--- Problem statement ---
Set down word for word each line from the start of the listing through the line that contains "f 255 253 203", both included.

━━ Exercise material

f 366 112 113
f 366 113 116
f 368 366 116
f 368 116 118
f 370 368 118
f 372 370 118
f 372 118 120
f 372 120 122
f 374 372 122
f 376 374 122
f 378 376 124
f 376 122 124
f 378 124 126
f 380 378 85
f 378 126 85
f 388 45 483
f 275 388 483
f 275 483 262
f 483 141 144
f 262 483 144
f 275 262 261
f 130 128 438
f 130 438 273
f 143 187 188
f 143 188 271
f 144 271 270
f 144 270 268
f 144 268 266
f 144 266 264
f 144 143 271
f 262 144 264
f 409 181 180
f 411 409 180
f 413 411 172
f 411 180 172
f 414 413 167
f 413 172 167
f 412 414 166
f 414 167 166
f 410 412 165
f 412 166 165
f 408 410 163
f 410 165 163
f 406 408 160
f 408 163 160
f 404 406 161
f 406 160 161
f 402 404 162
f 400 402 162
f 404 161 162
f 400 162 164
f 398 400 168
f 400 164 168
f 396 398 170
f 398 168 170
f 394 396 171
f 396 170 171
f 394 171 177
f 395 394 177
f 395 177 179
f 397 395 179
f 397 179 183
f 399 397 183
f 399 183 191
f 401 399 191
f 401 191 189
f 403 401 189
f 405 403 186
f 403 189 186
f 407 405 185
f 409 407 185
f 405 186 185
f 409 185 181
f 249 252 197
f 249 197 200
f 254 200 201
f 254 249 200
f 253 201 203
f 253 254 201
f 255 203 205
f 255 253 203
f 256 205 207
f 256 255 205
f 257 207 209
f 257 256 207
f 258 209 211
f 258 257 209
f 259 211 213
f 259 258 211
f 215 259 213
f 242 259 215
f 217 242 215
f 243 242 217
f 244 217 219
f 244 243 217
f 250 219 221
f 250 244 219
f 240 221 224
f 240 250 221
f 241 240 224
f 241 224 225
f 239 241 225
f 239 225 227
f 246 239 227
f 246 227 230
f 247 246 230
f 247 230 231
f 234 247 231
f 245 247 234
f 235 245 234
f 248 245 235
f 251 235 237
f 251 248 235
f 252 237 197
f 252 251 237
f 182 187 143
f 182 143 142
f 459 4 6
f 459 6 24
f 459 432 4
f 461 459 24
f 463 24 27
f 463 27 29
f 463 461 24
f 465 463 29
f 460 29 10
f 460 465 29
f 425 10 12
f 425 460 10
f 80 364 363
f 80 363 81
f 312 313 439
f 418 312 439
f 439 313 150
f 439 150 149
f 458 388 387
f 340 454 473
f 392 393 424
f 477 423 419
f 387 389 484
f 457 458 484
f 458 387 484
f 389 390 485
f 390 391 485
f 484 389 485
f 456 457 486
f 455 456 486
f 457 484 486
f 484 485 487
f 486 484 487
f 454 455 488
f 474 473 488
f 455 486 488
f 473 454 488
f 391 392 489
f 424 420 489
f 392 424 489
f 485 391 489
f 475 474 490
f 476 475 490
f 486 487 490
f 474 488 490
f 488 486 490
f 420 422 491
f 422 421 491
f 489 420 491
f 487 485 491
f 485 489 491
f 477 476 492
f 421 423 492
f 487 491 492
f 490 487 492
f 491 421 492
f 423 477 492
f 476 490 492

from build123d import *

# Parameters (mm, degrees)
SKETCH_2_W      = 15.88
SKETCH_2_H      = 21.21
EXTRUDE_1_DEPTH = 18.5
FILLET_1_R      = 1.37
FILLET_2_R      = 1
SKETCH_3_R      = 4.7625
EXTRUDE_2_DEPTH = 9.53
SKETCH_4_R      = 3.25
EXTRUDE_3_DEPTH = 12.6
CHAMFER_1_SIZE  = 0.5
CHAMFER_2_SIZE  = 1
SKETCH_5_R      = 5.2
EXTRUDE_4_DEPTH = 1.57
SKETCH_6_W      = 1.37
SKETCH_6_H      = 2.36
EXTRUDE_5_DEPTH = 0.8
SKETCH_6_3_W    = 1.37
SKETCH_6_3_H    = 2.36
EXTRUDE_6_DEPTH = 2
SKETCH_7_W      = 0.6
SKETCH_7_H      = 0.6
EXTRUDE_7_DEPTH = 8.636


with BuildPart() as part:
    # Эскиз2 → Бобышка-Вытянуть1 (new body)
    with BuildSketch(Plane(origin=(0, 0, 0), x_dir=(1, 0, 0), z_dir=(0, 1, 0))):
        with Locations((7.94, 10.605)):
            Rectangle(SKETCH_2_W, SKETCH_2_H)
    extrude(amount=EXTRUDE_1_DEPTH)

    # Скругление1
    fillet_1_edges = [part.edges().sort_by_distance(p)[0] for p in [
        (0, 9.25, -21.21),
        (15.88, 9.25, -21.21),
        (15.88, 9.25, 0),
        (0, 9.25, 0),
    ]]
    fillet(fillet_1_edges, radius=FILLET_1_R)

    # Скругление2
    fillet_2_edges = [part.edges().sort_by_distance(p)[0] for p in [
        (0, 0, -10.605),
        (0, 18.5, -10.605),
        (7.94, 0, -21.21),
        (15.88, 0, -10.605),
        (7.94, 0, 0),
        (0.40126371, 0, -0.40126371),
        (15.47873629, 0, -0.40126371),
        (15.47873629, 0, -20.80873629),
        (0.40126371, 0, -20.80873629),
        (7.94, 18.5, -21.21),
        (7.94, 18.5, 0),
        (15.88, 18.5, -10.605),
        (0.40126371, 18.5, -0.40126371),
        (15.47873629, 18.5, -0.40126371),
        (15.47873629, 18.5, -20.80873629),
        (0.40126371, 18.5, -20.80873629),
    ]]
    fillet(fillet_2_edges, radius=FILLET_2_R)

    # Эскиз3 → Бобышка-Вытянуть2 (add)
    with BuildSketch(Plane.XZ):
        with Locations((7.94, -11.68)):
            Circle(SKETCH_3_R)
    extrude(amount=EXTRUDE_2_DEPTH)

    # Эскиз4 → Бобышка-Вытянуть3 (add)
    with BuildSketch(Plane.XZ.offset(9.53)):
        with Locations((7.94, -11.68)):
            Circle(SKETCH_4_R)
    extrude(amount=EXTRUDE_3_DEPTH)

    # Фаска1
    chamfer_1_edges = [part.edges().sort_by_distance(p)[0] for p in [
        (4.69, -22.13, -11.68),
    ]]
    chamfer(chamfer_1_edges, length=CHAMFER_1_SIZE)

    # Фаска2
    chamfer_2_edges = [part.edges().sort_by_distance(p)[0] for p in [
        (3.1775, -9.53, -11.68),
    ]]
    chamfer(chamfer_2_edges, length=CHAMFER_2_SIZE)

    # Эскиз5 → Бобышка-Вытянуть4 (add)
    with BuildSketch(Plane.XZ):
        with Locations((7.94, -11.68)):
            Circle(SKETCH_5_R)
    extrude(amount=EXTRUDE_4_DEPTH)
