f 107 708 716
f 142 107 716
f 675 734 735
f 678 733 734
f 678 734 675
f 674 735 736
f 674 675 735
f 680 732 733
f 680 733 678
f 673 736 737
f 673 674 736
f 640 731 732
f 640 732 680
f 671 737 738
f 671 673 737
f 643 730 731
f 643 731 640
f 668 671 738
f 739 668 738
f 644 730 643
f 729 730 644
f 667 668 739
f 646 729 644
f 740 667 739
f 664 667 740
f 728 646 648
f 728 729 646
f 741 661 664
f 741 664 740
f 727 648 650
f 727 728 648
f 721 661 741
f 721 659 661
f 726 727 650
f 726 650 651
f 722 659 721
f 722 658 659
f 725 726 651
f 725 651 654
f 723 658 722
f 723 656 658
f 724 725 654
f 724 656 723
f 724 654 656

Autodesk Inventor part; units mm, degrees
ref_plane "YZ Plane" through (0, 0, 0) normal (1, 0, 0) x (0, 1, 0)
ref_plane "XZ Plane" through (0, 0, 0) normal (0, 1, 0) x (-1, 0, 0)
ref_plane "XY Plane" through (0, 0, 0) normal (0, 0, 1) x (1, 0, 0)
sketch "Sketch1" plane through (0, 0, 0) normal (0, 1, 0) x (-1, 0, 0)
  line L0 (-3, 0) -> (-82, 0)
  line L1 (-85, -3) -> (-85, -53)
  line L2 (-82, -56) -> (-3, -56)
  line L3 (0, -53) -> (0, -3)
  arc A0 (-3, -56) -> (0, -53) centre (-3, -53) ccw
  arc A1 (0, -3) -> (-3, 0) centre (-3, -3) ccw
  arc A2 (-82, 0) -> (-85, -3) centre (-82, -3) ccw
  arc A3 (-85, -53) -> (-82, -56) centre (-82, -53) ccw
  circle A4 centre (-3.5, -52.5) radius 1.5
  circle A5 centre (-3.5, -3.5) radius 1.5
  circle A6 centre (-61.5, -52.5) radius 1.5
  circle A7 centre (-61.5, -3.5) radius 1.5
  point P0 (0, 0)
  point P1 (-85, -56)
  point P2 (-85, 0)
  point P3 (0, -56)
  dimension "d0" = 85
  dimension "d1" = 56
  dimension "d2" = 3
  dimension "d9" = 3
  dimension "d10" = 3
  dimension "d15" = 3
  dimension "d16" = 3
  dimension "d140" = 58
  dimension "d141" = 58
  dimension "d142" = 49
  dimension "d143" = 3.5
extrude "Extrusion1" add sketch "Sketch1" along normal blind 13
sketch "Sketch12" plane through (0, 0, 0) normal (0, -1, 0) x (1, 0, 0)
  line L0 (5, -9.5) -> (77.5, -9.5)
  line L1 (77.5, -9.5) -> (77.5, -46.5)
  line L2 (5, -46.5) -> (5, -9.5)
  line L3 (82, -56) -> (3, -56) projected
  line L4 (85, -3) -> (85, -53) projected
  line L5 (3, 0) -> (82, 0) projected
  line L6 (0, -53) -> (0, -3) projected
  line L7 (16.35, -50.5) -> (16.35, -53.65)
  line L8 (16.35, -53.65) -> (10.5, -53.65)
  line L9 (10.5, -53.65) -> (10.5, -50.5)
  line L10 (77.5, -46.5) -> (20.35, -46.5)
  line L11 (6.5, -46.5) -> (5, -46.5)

━━━━

--- Exercise output ---
f 366 112 113
f 366 113 116
f 368 366 116
f 368 116 118
f 370 368 118
f 372 370 118
f 372 118 120
f 372 120 122
f 374 372 122
f 376 374 122
f 378 376 124
f 376 122 124
f 378 124 126
f 380 378 85
f 378 126 85
f 388 45 483
f 275 388 483
f 275 483 262
f 483 141 144
f 262 483 144
f 275 262 261
f 130 128 438
f 130 438 273
f 143 187 188
f 143 188 271
f 144 271 270
f 144 270 268
f 144 268 266
f 144 266 264
f 144 143 271
f 262 144 264
f 409 181 180
f 411 409 180
f 413 411 172
f 411 180 172
f 414 413 167
f 413 172 167
f 412 414 166
f 414 167 166
f 410 412 165
f 412 166 165
f 408 410 163
f 410 165 163
f 406 408 160
f 408 163 160
f 404 406 161
f 406 160 161
f 402 404 162
f 400 402 162
f 404 161 162
f 400 162 164
f 398 400 168
f 400 164 168
f 396 398 170
f 398 168 170
f 394 396 171
f 396 170 171
f 394 171 177
f 395 394 177
f 395 177 179
f 397 395 179
f 397 179 183
f 399 397 183
f 399 183 191
f 401 399 191
f 401 191 189
f 403 401 189
f 405 403 186
f 403 189 186
f 407 405 185
f 409 407 185
f 405 186 185
f 409 185 181
f 249 252 197
f 249 197 200
f 254 200 201
f 254 249 200
f 253 201 203
f 253 254 201
f 255 203 205
f 255 253 203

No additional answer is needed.